The colourful Doors of Dublin

The colourful Doors of Dublin’ are one of the most famous sights of the city

A place of history

It’s not just the literary influence that makes this city’s heritage so rich. A stroll around the city brings its history to life, too. Although Dublin dates back to the 9th century, it’s the Georgian period that has characterised most of the city’s architecture, with its wide streets, grand squares, handsome houses and, perhaps most well-known of all, colourful doors. The Doors of Dublin are one of the most famous sights of the city, and can be seen on the Leisurely Dublin shore excursion. The tourist attraction of the Doors of Dublin can be traced back to a poster created by New York advertising executive Bob Fearon in 1970. He had been so captivated by the symmetry and colours of the Georgian doors found all over the city that he photographed them and turned the pictures into a poster, making them an iconic sight of the city.


A visit to Dublin Castle, Christ Church Cathedral and St Patrick’s Cathedral will reveal other aspects of the city’s rich history. For more than 800 years, Dublin Castle has been at the heart of Irish history. Originally built in the 13th century, it has held many functions, including being a military fortress, prison, treasury, courts of law and the seat of British power in Ireland until 1921. Dublin Castle is now used for important State Receptions and Presidential Inaugurations.

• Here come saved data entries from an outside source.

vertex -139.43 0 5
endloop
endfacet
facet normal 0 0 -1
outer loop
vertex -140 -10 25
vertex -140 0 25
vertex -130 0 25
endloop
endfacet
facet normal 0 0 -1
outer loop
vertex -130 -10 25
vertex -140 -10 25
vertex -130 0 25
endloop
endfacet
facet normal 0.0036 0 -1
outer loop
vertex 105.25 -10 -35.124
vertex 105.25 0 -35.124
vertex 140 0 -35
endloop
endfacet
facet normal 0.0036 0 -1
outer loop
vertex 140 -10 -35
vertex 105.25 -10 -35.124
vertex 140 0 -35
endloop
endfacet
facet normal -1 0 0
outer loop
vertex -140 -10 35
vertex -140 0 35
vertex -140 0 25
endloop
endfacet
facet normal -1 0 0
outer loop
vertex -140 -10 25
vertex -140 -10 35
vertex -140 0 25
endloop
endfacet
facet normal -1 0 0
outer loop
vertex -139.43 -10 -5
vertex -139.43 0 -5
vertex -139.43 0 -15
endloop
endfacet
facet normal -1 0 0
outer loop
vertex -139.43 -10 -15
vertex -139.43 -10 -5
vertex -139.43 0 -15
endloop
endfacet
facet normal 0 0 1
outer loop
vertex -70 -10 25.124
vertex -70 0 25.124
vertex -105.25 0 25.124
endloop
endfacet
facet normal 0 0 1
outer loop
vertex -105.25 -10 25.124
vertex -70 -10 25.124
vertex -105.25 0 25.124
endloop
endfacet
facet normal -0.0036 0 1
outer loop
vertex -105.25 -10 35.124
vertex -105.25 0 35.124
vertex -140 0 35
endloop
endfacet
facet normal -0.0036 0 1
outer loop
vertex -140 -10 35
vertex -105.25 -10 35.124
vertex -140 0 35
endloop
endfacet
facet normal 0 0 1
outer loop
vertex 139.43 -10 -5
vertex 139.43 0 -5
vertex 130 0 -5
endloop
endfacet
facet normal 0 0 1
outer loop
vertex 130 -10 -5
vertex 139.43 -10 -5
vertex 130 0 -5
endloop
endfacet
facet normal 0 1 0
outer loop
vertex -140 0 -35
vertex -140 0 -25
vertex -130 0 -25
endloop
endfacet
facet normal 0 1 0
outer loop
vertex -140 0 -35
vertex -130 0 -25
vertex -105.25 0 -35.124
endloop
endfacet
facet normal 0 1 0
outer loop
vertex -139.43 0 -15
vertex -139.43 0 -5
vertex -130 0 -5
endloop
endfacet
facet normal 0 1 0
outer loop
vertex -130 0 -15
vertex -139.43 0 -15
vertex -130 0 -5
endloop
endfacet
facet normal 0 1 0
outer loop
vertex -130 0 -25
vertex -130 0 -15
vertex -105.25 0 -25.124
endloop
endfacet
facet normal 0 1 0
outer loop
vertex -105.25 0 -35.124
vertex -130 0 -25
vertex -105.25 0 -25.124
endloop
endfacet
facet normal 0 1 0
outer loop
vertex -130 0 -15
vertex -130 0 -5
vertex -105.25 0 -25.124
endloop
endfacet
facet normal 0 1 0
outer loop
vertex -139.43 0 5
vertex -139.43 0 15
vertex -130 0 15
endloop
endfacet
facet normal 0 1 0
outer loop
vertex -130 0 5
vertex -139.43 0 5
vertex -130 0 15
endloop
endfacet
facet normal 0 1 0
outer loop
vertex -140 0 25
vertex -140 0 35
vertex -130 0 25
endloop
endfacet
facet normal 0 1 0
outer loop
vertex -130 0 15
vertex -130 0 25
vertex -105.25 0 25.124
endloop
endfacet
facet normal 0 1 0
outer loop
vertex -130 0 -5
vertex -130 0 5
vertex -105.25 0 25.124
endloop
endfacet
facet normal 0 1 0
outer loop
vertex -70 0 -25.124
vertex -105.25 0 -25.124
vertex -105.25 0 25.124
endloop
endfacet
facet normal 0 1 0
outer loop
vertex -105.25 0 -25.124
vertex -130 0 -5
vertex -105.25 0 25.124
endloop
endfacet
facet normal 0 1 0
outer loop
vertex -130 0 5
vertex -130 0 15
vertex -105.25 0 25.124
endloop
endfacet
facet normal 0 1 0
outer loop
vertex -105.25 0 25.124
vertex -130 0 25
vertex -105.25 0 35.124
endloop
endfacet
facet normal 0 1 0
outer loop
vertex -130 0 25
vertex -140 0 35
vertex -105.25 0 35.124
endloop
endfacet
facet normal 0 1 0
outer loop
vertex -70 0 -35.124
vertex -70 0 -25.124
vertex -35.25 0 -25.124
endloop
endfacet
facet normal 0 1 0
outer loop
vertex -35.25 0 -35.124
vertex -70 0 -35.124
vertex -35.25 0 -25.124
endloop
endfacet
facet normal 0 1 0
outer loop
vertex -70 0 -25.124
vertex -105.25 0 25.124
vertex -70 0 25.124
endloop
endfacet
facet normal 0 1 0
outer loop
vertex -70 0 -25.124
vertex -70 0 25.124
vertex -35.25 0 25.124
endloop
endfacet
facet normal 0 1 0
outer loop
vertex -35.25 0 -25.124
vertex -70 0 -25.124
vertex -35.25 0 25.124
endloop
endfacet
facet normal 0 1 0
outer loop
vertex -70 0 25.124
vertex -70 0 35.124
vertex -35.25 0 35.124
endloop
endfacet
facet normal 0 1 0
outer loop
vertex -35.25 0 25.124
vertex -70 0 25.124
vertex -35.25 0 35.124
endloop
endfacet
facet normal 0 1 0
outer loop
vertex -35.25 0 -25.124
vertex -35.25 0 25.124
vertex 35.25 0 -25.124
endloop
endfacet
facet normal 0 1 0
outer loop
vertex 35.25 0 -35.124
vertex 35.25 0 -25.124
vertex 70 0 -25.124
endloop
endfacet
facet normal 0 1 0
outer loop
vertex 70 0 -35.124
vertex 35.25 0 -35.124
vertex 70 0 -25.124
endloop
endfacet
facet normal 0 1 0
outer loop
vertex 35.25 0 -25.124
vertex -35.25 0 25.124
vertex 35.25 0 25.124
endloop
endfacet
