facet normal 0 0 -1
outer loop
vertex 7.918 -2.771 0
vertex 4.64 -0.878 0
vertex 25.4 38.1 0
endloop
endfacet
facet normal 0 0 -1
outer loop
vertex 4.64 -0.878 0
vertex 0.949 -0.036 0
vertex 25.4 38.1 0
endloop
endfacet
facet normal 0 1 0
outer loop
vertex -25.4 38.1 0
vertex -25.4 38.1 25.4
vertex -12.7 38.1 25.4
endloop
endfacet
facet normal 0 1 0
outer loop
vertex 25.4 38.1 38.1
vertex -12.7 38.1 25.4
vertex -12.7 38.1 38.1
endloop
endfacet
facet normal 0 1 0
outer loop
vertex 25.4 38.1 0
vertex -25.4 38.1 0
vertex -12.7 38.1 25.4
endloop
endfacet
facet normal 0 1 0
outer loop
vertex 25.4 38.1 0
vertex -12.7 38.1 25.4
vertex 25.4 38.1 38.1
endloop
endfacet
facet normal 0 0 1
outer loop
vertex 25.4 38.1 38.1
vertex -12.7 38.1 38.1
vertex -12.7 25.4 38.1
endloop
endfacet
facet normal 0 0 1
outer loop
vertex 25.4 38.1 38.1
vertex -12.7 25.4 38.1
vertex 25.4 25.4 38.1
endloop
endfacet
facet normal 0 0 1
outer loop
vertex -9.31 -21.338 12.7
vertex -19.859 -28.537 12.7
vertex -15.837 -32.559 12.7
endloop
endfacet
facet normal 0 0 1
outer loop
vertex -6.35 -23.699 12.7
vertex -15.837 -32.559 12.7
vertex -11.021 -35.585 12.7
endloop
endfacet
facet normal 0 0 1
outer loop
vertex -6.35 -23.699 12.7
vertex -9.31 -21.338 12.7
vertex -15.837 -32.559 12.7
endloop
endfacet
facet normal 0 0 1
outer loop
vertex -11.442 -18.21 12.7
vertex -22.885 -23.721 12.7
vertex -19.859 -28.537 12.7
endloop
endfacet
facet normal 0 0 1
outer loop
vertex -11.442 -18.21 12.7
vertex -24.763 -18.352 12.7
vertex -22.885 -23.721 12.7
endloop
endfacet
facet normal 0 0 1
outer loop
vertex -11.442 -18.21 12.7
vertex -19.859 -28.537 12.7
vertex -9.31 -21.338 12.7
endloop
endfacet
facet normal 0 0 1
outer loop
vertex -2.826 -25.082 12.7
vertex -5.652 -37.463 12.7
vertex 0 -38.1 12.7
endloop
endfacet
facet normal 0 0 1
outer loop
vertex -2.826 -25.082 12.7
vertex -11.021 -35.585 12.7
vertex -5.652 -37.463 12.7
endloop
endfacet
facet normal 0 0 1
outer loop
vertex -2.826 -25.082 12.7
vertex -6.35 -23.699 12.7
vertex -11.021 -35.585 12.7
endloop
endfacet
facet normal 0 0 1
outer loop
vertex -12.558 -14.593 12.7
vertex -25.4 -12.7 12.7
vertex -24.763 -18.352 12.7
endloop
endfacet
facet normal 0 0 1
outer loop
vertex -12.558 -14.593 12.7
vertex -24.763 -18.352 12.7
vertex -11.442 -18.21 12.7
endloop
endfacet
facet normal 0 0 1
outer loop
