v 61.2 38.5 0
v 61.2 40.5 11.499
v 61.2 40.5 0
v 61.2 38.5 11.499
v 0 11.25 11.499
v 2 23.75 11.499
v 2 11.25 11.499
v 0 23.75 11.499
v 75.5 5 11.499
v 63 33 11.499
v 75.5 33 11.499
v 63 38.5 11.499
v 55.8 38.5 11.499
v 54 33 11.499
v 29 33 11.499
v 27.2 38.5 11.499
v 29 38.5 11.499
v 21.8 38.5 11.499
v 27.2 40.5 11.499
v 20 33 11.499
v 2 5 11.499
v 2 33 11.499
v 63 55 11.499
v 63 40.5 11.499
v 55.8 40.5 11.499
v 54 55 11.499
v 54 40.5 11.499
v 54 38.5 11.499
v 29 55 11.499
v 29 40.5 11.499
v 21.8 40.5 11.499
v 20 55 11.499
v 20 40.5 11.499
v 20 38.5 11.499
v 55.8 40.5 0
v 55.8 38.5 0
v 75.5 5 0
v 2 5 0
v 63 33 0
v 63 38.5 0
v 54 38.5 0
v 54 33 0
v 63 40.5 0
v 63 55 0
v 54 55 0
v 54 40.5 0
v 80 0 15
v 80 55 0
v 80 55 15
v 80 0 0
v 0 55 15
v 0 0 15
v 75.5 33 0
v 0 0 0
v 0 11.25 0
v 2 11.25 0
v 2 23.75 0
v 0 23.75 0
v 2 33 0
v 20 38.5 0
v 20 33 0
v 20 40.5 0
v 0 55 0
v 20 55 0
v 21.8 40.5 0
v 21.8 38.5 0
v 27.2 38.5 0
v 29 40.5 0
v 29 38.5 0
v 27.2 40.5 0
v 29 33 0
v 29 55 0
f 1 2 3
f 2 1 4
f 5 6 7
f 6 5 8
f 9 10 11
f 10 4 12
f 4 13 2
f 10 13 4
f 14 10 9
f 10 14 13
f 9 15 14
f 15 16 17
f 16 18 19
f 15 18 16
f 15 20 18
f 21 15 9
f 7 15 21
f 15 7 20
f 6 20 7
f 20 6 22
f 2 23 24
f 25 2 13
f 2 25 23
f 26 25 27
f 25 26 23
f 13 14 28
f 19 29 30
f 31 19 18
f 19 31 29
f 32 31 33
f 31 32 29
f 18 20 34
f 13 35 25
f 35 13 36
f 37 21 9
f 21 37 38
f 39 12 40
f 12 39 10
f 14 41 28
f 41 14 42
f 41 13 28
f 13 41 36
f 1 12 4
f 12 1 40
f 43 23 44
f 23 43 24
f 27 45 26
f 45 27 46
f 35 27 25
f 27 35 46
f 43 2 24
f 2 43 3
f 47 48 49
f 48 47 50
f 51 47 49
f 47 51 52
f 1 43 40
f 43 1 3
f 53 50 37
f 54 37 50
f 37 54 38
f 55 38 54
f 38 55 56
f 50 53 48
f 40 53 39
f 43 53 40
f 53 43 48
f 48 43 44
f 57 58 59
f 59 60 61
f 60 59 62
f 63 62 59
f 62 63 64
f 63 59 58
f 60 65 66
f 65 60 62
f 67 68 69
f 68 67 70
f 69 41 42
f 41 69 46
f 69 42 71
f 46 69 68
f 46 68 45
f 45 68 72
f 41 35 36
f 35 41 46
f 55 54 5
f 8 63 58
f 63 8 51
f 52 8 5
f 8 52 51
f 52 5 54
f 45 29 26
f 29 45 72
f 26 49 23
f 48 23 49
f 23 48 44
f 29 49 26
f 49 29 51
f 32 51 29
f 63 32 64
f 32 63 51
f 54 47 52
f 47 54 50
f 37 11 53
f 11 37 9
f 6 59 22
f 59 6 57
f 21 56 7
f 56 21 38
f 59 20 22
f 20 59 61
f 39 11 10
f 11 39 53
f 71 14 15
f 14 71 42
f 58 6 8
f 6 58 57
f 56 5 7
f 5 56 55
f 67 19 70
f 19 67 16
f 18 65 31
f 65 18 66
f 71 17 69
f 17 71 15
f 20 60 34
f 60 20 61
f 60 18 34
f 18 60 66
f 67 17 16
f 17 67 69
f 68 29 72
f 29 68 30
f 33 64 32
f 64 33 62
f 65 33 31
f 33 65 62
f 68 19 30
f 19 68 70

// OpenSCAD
width = 55;
length = 80;
height = 15;

sticklength=73.5;
stickwidth = 28;
stickheight=11.5;

wholewallthickness = 5;
thinwallthickness = 2;

antennacenterfromusbend = 22.5;

usbwidth = 12.5;

connectorminthickness = 5.4;
connectormaxhickness = 9;
connectorgroovefrombody= 5.5;
connectorgroovethickness = 2;

connectordistance = 34;



difference() {
  
    
union() {
  //base
  cube([ length,width,height]);
}
//body
translate([thinwallthickness, wholewallthickness, -0.001])
  cube([sticklength, stickwidth, stickheight]);
//usb
translate([-0.001, wholewallthickness + usbwidth/2, -0.001])
  cube([10, usbwidth, stickheight]);

//1st antenna
translate([thinwallthickness + antennacenterfromusbend - connectorminthickness / 2, wholewallthickness, -0.001])
  cube([connectorminthickness, 1000, stickheight]);

translate([thinwallthickness + antennacenterfromusbend - connectormaxhickness / 2, wholewallthickness, -0.001])
  cube([connectormaxhickness, stickwidth + connectorgroovefrombody, stickheight]);
translate([thinwallthickness + antennacenterfromusbend - connectormaxhickness / 2, wholewallthickness + stickwidth + connectorgroovefrombody + connectorgroovethickness, -0.001])
  cube([connectormaxhickness, 1000, stickheight]);


//2nd antenna
translate([connectordistance, 0, 0])
  union() {
translate([thinwallthickness + antennacenterfromusbend - connectorminthickness / 2, wholewallthickness, -0.001])
  cube([connectorminthickness, 1000, stickheight]);

translate([thinwallthickness + antennacenterfromusbend + - connectormaxhickness / 2, wholewallthickness, -0.001])
  cube([connectormaxhickness, stickwidth + connectorgroovefrombody, stickheight]);
translate([thinwallthickness + antennacenterfromusbend - connectormaxhickness / 2, wholewallthickness + stickwidth + connectorgroovefrombody + connectorgroovethickness, -0.001])
  cube([connectormaxhickness, 1000, stickheight]);
  }
}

The city’s two medieval cathedrals, Christ Church Cathedral, founded in 1030 AD and Dublin’s oldest building, and St Patrick’s Cathedral, founded in 1191 AD and the largest church in Ireland, are testament to the city’s rich history. All three historic buildings can be visited on the Leisurely Dublin shore excursion.


Not to be missed is a wander over the iconic Ha’penny Bridge, Dublin’s best-known bridge. Built in 1816, it was the first iron bridge in Ireland and although originally named the Liffey Bridge, it is now called the Ha’penny Bridge due to the half-penny crossing charge that was in force until 1919. On the River Cruise and Dublin Sights shore excursion, sail under Ha’penny Bridge and see the city from its waterways, hearing all about its rich history, from the first arrival of the Vikings 1,000 years ago to the rapid development of the city today.


My Dublin

Guest Jenny Sandys on her favourite things to do on a cruise to the Irish capital.

‘I love everything about Dublin. Often the focus of a visit to the city is the famous Temple Bar area. Of course, a pint of Guinness in one of the historic pubs there is certainly an experience not to miss, but the city has so much history, and can easily be discovered on foot. When I visit I love to walk around Stephen’s Green, which is especially gorgeous if you are lucky enough to catch a sunny day, and Grafton Street, popping in for a coffee and cake at Bewley’s – a real Dublin institution. But the absolute must for me is a visit to Dún Laoghaire, a seaside town just south of Dublin’s city centre. It’s so pretty, surrounded by the rolling green hills Ireland is so famous for. I love taking the DART train there and walking along the pier to get an ice cream, come rain or shine. The train ride offers spectacular views and only takes around 20 minutes. It’s a great way to see the coast near to Dublin after a morning wandering around the beautiful city.’